EXCLUSIVE: Saudi Arabia invites prequalification for major sewage treatment plant

12 February 2018
Greenfield sewage treatment plant deal will include operation of existing Jeddah Airport sewage treatment plant

Saudi Arabia’s Water & Electricity Company (WEC) has issued the request for qualification (RFQ) for its planned Jeddah Airport 2 independent sewage treatment project (ISTP).

 

The project is likely to include the development of the greenfield Jeddah Airport 2 sewage treatment plant (STP) under a public-private partnership (PPP) model, in addition to the acquisition, refurbishment, operation and transfer of the existing 350,000 cm/d Jeddah Airport STP, which was originally built under a standard engineering, procurement and construction (EPC) contract. Developers have been invited to submit prequalification entries by 15 March.

 

MEED reported in January that WEC had extended the deadline to 1 February for companies to submit expressions of interest (EOI) for the planned Jeddah Airport 2 ISTP. 

 

The client had originally set a deadline of 30 November for interested firms to submit EOIs for the project, but has since extended the deadline to give more companies time to register interest in time for the prequalification process and subsequent tender.

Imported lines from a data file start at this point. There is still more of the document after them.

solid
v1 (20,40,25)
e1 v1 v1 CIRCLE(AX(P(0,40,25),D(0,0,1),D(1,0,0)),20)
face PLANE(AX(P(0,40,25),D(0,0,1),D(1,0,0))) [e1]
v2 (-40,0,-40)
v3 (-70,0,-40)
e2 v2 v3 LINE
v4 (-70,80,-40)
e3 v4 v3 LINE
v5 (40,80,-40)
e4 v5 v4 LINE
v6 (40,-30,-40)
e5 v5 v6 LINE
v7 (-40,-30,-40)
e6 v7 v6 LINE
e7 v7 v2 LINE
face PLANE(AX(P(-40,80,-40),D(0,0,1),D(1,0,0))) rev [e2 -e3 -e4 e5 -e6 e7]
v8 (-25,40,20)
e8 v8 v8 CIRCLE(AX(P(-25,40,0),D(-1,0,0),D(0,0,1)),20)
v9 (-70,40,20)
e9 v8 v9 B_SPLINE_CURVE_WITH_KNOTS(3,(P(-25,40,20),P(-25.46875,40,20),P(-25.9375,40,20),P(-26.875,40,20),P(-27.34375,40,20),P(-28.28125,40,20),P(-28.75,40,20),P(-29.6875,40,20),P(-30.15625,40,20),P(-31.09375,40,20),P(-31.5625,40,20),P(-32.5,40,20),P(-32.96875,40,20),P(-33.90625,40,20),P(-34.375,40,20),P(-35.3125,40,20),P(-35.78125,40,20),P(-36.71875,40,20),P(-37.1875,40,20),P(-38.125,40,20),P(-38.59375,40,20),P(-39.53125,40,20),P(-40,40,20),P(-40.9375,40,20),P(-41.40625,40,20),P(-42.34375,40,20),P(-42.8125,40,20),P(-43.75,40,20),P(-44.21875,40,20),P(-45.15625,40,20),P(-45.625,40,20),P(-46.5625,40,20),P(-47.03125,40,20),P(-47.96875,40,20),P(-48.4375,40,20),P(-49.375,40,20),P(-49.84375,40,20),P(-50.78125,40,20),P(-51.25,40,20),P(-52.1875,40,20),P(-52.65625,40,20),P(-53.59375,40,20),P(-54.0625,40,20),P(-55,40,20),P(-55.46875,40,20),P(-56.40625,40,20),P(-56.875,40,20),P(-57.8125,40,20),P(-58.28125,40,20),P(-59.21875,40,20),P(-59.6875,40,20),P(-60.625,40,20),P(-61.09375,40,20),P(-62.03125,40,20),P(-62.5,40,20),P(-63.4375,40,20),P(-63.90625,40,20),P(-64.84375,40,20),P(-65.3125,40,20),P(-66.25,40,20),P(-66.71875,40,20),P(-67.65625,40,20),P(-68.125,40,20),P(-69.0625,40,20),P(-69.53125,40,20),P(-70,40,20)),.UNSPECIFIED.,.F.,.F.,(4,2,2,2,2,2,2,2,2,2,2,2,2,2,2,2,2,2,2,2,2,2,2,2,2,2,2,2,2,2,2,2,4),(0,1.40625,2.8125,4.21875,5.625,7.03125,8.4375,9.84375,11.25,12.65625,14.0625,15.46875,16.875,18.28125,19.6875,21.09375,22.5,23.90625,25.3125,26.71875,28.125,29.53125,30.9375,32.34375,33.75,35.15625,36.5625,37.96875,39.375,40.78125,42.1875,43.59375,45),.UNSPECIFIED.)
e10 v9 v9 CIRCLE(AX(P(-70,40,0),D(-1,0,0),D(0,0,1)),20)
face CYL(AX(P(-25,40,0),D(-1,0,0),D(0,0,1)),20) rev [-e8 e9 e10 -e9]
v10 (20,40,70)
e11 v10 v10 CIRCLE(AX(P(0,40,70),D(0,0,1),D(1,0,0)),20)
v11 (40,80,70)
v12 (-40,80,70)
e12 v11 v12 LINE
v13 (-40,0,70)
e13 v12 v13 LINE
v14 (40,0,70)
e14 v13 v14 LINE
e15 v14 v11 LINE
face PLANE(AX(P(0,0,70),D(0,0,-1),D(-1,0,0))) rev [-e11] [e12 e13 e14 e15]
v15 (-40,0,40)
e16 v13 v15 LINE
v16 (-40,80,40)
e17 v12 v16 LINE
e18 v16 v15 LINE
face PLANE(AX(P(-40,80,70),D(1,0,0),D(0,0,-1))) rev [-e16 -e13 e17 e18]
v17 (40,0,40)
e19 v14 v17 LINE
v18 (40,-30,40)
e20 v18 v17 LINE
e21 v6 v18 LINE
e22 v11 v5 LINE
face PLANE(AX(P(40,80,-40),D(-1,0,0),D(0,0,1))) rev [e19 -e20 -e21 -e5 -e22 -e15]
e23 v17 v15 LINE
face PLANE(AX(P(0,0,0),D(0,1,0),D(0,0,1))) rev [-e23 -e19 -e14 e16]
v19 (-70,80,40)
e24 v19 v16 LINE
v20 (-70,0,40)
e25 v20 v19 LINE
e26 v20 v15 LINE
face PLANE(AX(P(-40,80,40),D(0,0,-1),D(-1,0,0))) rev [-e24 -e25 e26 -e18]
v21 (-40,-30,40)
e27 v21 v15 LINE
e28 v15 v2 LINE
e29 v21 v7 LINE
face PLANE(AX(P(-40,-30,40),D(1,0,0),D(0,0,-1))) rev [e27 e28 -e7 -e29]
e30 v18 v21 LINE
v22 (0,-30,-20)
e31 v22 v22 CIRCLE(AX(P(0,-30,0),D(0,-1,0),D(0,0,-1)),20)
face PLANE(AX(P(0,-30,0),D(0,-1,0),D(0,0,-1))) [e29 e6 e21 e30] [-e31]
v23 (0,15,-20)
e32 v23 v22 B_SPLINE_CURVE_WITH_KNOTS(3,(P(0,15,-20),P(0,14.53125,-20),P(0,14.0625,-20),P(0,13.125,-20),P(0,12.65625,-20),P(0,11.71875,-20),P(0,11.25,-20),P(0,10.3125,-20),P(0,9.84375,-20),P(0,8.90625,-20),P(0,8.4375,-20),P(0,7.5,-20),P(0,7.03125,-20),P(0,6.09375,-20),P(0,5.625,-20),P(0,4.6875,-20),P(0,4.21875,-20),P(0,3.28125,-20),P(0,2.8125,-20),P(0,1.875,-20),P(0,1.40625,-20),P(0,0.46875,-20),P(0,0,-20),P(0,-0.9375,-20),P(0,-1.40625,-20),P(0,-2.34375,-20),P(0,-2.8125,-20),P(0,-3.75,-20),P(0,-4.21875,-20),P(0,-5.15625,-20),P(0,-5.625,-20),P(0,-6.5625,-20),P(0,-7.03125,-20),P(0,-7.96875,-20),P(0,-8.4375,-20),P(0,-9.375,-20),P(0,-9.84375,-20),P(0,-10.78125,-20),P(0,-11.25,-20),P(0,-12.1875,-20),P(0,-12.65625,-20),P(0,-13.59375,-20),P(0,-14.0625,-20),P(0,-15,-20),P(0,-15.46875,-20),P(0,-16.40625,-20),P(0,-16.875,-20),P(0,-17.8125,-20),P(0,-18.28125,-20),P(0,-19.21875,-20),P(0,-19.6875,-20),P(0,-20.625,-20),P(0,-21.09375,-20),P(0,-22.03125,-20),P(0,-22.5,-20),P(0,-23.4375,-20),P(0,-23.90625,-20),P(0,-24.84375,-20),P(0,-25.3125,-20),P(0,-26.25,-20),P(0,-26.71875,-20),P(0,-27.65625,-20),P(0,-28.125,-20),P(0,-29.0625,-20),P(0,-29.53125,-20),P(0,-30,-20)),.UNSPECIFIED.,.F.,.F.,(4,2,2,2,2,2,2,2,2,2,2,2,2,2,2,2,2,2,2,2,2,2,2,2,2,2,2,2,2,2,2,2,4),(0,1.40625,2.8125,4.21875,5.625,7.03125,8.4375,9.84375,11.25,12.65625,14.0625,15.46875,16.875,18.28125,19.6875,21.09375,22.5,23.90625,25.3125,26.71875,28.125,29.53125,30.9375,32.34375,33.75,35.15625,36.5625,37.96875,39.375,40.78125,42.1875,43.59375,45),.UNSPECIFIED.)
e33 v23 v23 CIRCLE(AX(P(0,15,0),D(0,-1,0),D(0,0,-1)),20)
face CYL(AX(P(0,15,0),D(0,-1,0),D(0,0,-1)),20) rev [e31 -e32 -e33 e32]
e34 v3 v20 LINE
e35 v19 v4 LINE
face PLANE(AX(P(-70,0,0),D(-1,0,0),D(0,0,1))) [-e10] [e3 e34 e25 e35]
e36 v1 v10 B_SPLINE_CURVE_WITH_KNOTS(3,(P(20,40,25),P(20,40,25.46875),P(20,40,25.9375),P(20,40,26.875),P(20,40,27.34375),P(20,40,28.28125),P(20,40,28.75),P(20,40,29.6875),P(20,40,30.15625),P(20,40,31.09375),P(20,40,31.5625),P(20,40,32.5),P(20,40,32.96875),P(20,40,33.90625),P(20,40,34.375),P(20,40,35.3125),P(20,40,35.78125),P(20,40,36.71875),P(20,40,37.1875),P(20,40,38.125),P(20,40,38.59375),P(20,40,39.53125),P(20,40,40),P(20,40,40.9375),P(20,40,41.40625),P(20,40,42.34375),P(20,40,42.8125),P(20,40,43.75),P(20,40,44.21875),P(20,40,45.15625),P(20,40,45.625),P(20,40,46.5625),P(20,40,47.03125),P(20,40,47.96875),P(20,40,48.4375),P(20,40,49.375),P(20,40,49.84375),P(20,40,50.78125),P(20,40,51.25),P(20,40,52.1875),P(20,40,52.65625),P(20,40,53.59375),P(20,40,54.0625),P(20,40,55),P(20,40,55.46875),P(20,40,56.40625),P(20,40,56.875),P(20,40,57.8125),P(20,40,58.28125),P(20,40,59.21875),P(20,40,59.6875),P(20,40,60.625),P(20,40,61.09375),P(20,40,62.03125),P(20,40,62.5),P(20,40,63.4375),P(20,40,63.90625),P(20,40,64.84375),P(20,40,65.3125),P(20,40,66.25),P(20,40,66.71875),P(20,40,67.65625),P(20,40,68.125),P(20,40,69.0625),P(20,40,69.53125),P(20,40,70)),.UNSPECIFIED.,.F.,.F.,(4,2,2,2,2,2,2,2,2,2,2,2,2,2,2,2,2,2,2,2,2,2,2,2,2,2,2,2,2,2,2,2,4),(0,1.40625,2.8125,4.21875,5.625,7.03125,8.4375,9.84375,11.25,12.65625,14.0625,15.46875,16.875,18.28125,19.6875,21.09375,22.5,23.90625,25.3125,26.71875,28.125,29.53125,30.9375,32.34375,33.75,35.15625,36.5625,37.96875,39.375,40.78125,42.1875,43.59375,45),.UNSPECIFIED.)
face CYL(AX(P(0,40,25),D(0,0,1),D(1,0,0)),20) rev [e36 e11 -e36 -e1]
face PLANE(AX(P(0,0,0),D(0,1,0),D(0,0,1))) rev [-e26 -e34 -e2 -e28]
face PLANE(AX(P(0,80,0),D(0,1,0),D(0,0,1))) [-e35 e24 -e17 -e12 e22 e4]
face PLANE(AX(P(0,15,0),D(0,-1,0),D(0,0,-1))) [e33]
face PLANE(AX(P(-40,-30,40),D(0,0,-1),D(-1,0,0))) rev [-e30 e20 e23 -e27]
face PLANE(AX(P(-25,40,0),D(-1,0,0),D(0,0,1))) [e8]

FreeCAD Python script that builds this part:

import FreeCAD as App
import Part
import Sketcher
Q = App.Units.Quantity


def add_polygon(sketch, points):
    """Adds a closed chain of lines whose ends are joined by coincident constraints."""
    first, n = sketch.GeometryCount, len(points)
    for a, b in zip(points, points[1:] + points[:1]):
        sketch.addGeometry(Part.LineSegment(App.Vector(*a, 0), App.Vector(*b, 0)), False)
    for i in range(n):
        sketch.addConstraint(Sketcher.Constraint("Coincident", first + i, 2, first + (i + 1) % n, 1))

doc = App.newDocument("Part")
params = doc.addObject("Spreadsheet::Sheet", "Params")
for row, (alias, value) in enumerate([
    ("sketch1_width", "80 mm"),
    ("pad1_length", "80 mm"),
    ("sketch2_width", "80 mm"),
    ("pad2_length", "30 mm"),
    ("sketch3_width", "80 mm"),
    ("pad3_length", "30 mm"),
    ("sketch4_width", "80 mm"),
    ("pad4_length", "30 mm"),
    ("sketch5_diameter", "40 mm"),
    ("pocket1_length", "45 mm"),
    ("sketch6_diameter", "40 mm"),
    ("pocket2_length", "45 mm"),
    ("sketch7_diameter", "40 mm"),
    ("pocket3_length", "45 mm"),
], start=1):
    params.set(f"A{row}", alias)
    params.set(f"B{row}", "=" + value)
    params.setAlias(f"B{row}", alias)

body = doc.addObject("PartDesign::Body", "Body")

# Sketch on XZ plane
sketch1 = body.newObject("Sketcher::SketchObject", "Sketch")
sketch1.AttachmentSupport = (doc.getObject("XZ_Plane"), [""])
sketch1.MapMode = "FlatFace"
add_polygon(sketch1, [(-40, -40), (-40, 40), (40, 40), (40, -40)])  # lines 0-3
sketch1.addConstraint([
    Sketcher.Constraint("Vertical", 0),
    Sketcher.Constraint("Horizontal", 1),
    Sketcher.Constraint("Vertical", 2),
    Sketcher.Constraint("Horizontal", 3),
    Sketcher.Constraint("Symmetric", 0, 2, 2, 2, -1, 1),
    Sketcher.Constraint("Equal", 3, 0),
    Sketcher.Constraint("DistanceX", 1, 1, 1, 2, Q("80 mm")),
])
sketch1.setExpression("Constraints[10]", "Params.sketch1_width")
pad1 = body.newObject("PartDesign::Pad", "Pad")
pad1.Profile = sketch1
pad1.setExpression("Length", "Params.pad1_length")
pad1.Reversed = True

# Sketch on YZ plane
sketch2 = body.newObject("Sketcher::SketchObject", "Sketch001")
sketch2.AttachmentSupport = (doc.getObject("YZ_Plane"), [""])
sketch2.MapMode = "FlatFace"
sketch2.AttachmentOffset = App.Placement(App.Vector(0, 0, -40), App.Rotation())
add_polygon(sketch2, [(80, -40), (0, -40), (0, 40), (80, 40)])  # lines 0-3
sketch2.addConstraint([
    Sketcher.Constraint("Horizontal", 0),
    Sketcher.Constraint("Vertical", 1),
    Sketcher.Constraint("Horizontal", 2),
    Sketcher.Constraint("Vertical", 3),
    Sketcher.Constraint("Symmetric", 0, 2, 1, 2, -1, 1),
    Sketcher.Constraint("Equal", 2, 1),
    Sketcher.Constraint("DistanceX", 0, 2, 0, 1, Q("80 mm")),
])
sketch2.setExpression("Constraints[10]", "Params.sketch2_width")
pad2 = body.newObject("PartDesign::Pad", "Pad001")
pad2.Profile = sketch2
pad2.setExpression("Length", "Params.pad2_length")
pad2.Reversed = True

The planned Jeddah Airport 2 ISTP will have a treatment capacity of 500,000 cubic metres a day (cm/d), and will be located adjacent to the existing 350,000 cm/d Jeddah Airport sewage treatment plant (STP).

The Jeddah Airport 2 project has faced a number of delays, having already twice been tendered under the EPC model. The project was originally tendered in 2012, but faced numerous delays as the client reconsidered the size and procurement model for the scheme. The STP was retendered as an EPC project in 2015, with the deadline for proposals postponed several times until December 2016. However, the client has now decided to move ahead with the project either as a PPP scheme.

The Jeddah Airport 2 project is the second major STP that the kingdom is planning to proceed with under a public-private partnership (PPP) model.

For the first project, WEC is planning to oversee the development of a 330,000 cm/d ISTP in Dammam, in the eastern province of the kingdom. The project will be developed under a 25-year sewage treatment agreement (STA), under which the sewage capacity will be provided by the National Water Company (NWC). WEC’s obligations under the STA will be guaranteed by a credit support agreement from the Saudi government.

MEED recently reported that WEC had received prequalification entries from 15 companies for the planned Dammam plant.

For both projects, the successful developer will develop the project/bundle under a 25 year STA with WEC, under which the sewage capacity will be provided by NWC.

The advisory team working on the Dammam and Jeddah Airport 2 ISTP projects will be led by Japan’s Mizuho Bank, financial adviser, and will also include UK-based Atkins, owned by Canada’s SNC Lavalin, technical adviser, and US-based law firm White & Case as legal adviser.

The move towards the PPP model for developing STPs is part of the kingdom’s move towards attracting private financing for all future major utility schemes as a result of the severe impact the drop in oil prices is having on the government’s revenues. Privatising utilities is a key part of the kingdom’s Vision 2030 economic reform programme.